# [SOLVED] PS3 Having Problems with Bluray Discs



## Myg0t

Alright, So I seem to be having this weird problem lately, and its only been happening for the past couple of days.

When ever I stick a game or Bluray Movie in, it'll sit there for about 2 minutes and then it will make this weird sound like it's trying to move the Disc around, or possibly eject it.

This is what i've tried:
*Reset to factory settings *- Didn't work
*boot to safe mode and restore system files *- Found that my system files were corrupt but didn't fix the problem
*Tried sticking in a regular DVD/CD *- Worked perfectly, so it's only bluray discs that are having the problem.
*bought a lense cleaner *- This didn't fix it as well
*Turned the console up on it's side - *worked after a few tries!

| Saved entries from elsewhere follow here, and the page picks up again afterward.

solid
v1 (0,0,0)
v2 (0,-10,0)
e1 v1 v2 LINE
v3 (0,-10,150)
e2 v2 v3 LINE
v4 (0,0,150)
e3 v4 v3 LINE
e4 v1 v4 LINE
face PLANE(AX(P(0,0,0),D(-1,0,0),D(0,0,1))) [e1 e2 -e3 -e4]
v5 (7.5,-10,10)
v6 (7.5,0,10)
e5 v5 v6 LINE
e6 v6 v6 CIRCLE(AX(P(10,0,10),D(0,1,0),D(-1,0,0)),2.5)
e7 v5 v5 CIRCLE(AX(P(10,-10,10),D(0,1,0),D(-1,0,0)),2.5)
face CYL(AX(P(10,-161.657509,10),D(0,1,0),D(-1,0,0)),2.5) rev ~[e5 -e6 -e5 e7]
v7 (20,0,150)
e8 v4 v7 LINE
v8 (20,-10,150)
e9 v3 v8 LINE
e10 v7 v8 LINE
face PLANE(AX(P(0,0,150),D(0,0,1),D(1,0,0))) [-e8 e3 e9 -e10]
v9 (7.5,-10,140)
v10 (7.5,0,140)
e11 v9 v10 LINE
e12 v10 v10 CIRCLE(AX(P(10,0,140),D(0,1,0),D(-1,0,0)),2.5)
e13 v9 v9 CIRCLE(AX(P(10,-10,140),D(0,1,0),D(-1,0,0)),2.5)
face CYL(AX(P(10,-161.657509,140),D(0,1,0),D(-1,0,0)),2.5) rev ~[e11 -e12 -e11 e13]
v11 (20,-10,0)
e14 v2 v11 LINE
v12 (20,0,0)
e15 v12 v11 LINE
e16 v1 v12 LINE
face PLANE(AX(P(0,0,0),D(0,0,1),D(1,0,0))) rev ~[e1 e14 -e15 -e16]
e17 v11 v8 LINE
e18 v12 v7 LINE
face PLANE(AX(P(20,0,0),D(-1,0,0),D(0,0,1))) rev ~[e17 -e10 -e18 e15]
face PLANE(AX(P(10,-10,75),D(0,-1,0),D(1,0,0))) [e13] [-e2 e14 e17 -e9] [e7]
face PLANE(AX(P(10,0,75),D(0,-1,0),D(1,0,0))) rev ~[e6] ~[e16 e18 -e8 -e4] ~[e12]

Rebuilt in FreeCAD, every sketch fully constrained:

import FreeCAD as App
import Part
import Sketcher

V = App.Vector


def add_polygon(sketch, points):
    """Adds a closed chain of lines whose ends are joined by coincident constraints."""
    first, n = sketch.GeometryCount, len(points)
    for a, b in zip(points, points[1:] + points[:1]):
        sketch.addGeometry(Part.LineSegment(App.Vector(*a, 0), App.Vector(*b, 0)), False)
    for i in range(n):
        sketch.addConstraint(Sketcher.Constraint("Coincident", first + i, 2, first + (i + 1) % n, 1))

doc = App.newDocument("Part")
body = doc.addObject("PartDesign::Body", "Body")

# Sketch on XZ plane
sketch1 = body.newObject("Sketcher::SketchObject", "Sketch")
sketch1.AttachmentSupport = (doc.getObject("XZ_Plane"), [""])
sketch1.MapMode = "FlatFace"
add_polygon(sketch1, [(0, 150), (0, 0), (20, 0), (20, 150)])  # lines 0-3
sketch1.addConstraint(Sketcher.Constraint("Vertical", 0))
sketch1.addConstraint(Sketcher.Constraint("Horizontal", 1))
sketch1.addConstraint(Sketcher.Constraint("Vertical", 2))
sketch1.addConstraint(Sketcher.Constraint("Horizontal", 3))
sketch1.addConstraint(Sketcher.Constraint("Coincident", 0, 2, -1, 1))
sketch1.addConstraint(Sketcher.Constraint("DistanceX", 1, 1, 1, 2, 20.0))
sketch1.addConstraint(Sketcher.Constraint("DistanceY", 0, 2, 0, 1, 150.0))
pad1 = body.newObject("PartDesign::Pad", "Pad")
pad1.Profile = sketch1
pad1.Length = 10

# Sketch on XZ plane
sketch2 = body.newObject("Sketcher::SketchObject", "Sketch001")
sketch2.AttachmentSupport = (doc.getObject("XZ_Plane"), [""])
sketch2.MapMode = "FlatFace"
sketch2.AttachmentOffset = App.Placement(V(0, 0, 10), App.Rotation())
sketch2.addGeometry(Part.Circle(V(10, 140, 0), V(0, 0, 1), 2.5), False)
sketch2.addGeometry(Part.Circle(V(10, 10, 0), V(0, 0, 1), 2.5), False)
sketch2.addConstraint(Sketcher.Constraint("Equal", 0, 1))
sketch2.addConstraint(Sketcher.Constraint("Vertical", 0, 3, 1, 3))
sketch2.addConstraint(Sketcher.Constraint("Diameter", 0, 5.0))
sketch2.addConstraint(Sketcher.Constraint("DistanceX", -1, 1, 0, 3, 10.0))
sketch2.addConstraint(Sketcher.Constraint("DistanceY", -1, 1, 0, 3, 140.0))
sketch2.addConstraint(Sketcher.Constraint("DistanceY", -1, 1, 1, 3, 10.0))
doc.recompute()
hole = body.newObject("PartDesign::Hole", "Hole")
hole.Profile = sketch2
hole.ThreadType = "None"
hole.Diameter = 5
hole.DepthType = "ThroughAll"

doc.recompute()
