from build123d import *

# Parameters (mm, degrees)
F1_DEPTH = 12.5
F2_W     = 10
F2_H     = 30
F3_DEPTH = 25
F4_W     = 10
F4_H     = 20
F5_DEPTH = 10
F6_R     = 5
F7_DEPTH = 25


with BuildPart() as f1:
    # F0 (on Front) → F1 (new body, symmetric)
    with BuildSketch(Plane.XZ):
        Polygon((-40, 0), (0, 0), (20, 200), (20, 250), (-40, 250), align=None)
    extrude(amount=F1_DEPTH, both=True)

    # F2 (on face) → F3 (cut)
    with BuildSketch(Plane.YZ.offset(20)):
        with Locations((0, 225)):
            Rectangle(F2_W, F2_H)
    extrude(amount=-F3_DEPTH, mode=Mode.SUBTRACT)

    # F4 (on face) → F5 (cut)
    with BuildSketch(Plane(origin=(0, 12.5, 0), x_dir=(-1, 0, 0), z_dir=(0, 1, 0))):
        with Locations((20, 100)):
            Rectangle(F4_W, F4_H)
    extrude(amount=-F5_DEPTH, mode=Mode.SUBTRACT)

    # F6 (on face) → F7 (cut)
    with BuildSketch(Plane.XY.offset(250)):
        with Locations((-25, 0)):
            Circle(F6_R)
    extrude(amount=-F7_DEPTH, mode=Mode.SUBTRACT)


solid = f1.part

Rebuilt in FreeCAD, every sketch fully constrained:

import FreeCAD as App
import Part
import Sketcher

V = App.Vector


def add_polygon(sketch, points):
    """Adds a closed chain of lines whose ends are joined by coincident constraints."""
    first, n = sketch.GeometryCount, len(points)
    for a, b in zip(points, points[1:] + points[:1]):
        sketch.addGeometry(Part.LineSegment(App.Vector(*a, 0), App.Vector(*b, 0)), False)
    for i in range(n):
        sketch.addConstraint(Sketcher.Constraint("Coincident", first + i, 2, first + (i + 1) % n, 1))

doc = App.newDocument("Part")
body = doc.addObject("PartDesign::Body", "Body")

sketch1 = doc.addObject("Sketcher::SketchObject", "Sketch")
body.addObject(sketch1)
sketch1.AttachmentSupport = (doc.XZ_Plane, [""])
sketch1.MapMode = "FlatFace"
add_polygon(sketch1, [(-40, 0), (0, 0), (20, 200), (20, 250), (-40, 250)])
sketch1.addConstraint(Sketcher.Constraint("Horizontal", 0))
sketch1.addConstraint(Sketcher.Constraint("Vertical", 2))
sketch1.addConstraint(Sketcher.Constraint("Horizontal", 3))
sketch1.addConstraint(Sketcher.Constraint("Vertical", 4))
sketch1.addConstraint(Sketcher.Constraint("Coincident", 0, 2, -1, 1))
sketch1.addConstraint(Sketcher.Constraint("DistanceX", 0, 1, 0, 2, 40.0))
sketch1.addConstraint(Sketcher.Constraint("DistanceX", 3, 2, 3, 1, 60.0))
sketch1.addConstraint(Sketcher.Constraint("DistanceY", 2, 1, 2, 2, 50.0))
sketch1.addConstraint(Sketcher.Constraint("DistanceY", 4, 2, 4, 1, 250.0))
pad1 = doc.addObject("PartDesign::Pad", "Pad")
body.addObject(pad1)
pad1.Profile = sketch1
pad1.Length = 25
pad1.Midplane = True

sketch2 = doc.addObject("Sketcher::SketchObject", "Sketch001")
body.addObject(sketch2)
sketch2.AttachmentSupport = (doc.YZ_Plane, [""])
sketch2.MapMode = "FlatFace"
sketch2.AttachmentOffset = App.Placement(V(0, 0, 20), App.Rotation())
add_polygon(sketch2, [(-5, 240), (-5, 210), (5, 210), (5, 240)])
sketch2.addConstraint(Sketcher.Constraint("Vertical", 0))
sketch2.addConstraint(Sketcher.Constraint("Horizontal", 1))
sketch2.addConstraint(Sketcher.Constraint("Vertical", 2))
sketch2.addConstraint(Sketcher.Constraint("Horizontal", 3))
sketch2.addConstraint(Sketcher.Constraint("DistanceX", 1, 1, 1, 2, 10.0))
sketch2.addConstraint(Sketcher.Constraint("DistanceY", 0, 2, 0, 1, 30.0))
sketch2.addConstraint(Sketcher.Constraint("DistanceX", 0, 2, -1, 1, 5.0))
sketch2.addConstraint(Sketcher.Constraint("DistanceY", -1, 1, 0, 2, 210.0))
pocket1 = doc.addObject("PartDesign::Pocket", "Pocket")
body.addObject(pocket1)
pocket1.Profile = sketch2
pocket1.Length = 25

sketch3 = doc.addObject("Sketcher::SketchObject", "Sketch002")
body.addObject(sketch3)
sketch3.AttachmentSupport = (doc.XZ_Plane, [""])
sketch3.MapMode = "FlatFace"
sketch3.AttachmentOffset = App.Placement(V(0, 0, -12.5), App.Rotation())
add_polygon(sketch3, [(-15, 110), (-15, 90), (-25, 90), (-25, 110)])
sketch3.addConstraint(Sketcher.Constraint("Vertical", 0))
sketch3.addConstraint(Sketcher.Constraint("Horizontal", 1))
sketch3.addConstraint(Sketcher.Constraint("Vertical", 2))
sketch3.addConstraint(Sketcher.Constraint("Horizontal", 3))
sketch3.addConstraint(Sketcher.Constraint("DistanceX", 1, 2, 1, 1, 10.0))
sketch3.addConstraint(Sketcher.Constraint("DistanceY", 0, 2, 0, 1, 20.0))
sketch3.addConstraint(Sketcher.Constraint("DistanceX", 0, 2, -1, 1, 15.0))
sketch3.addConstraint(Sketcher.Constraint("DistanceY", -1, 1, 0, 2, 90.0))
pocket2 = doc.addObject("PartDesign::Pocket", "Pocket001")
body.addObject(pocket2)
pocket2.Profile = sketch3
pocket2.Length = 10
pocket2.Reversed = True

sketch4 = doc.addObject("Sketcher::SketchObject", "Sketch003")
body.addObject(sketch4)
sketch4.AttachmentSupport = (doc.XY_Plane, [""])
sketch4.MapMode = "FlatFace"
sketch4.AttachmentOffset = App.Placement(V(0, 0, 250), App.Rotation())
sketch4.addGeometry(Part.Circle(V(-25, 0, 0), V(0, 0, 1), 5), False)
sketch4.addConstraint(Sketcher.Constraint("PointOnObject", 0, 3, -1))
sketch4.addConstraint(Sketcher.Constraint("Diameter", 0, 10.0))
sketch4.addConstraint(Sketcher.Constraint("DistanceX", 0, 3, -1, 1, 25.0))
pocket3 = doc.addObject("PartDesign::Pocket", "Pocket002")
body.addObject(pocket3)
pocket3.Profile = sketch4
pocket3.Length = 25

doc.recompute()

Currently, in order to get my games to run, i have to tilt the console at around a 45 - 90 degree angle to get it to read the disc. Which leads me to believe that it's not the laser thats messing up, but maybe the mechanism that slides the bluray into it's correct spot?

Has anyone else had this problem? It's getting to be really frustrating.

If anyone has heard of this or know how someone would go about realigning the Drive it would greatly Appreciated!  I'm pretty tech savvy so give me everything you got.

Btw, I have a 120GB PS3 Slim

Let me know if you guys need anymore information 

Thanks alot!
Myg0t


----------



## Myg0t

*Re: PS3 Having Problems with Bluray Discs*

Sorry for double posting, but i didn't see an option to edit my current post.

But i was just going to say that i'm planning on taking the ps3 apart today and seeing whats happening with the drive.

I'll also make a video of the sound - so you guys can see exactly what i'm talking about 


'tanks again!

Myg


----------



## Myg0t

*Re: PS3 Having Problems with Bluray Discs*

bump?


----------



## Redeye3323

*Re: PS3 Having Problems with Bluray Discs*

Hey Myg0t,

Can you post the video like you stated 

I suspect it could be a mechanical problem like you stated.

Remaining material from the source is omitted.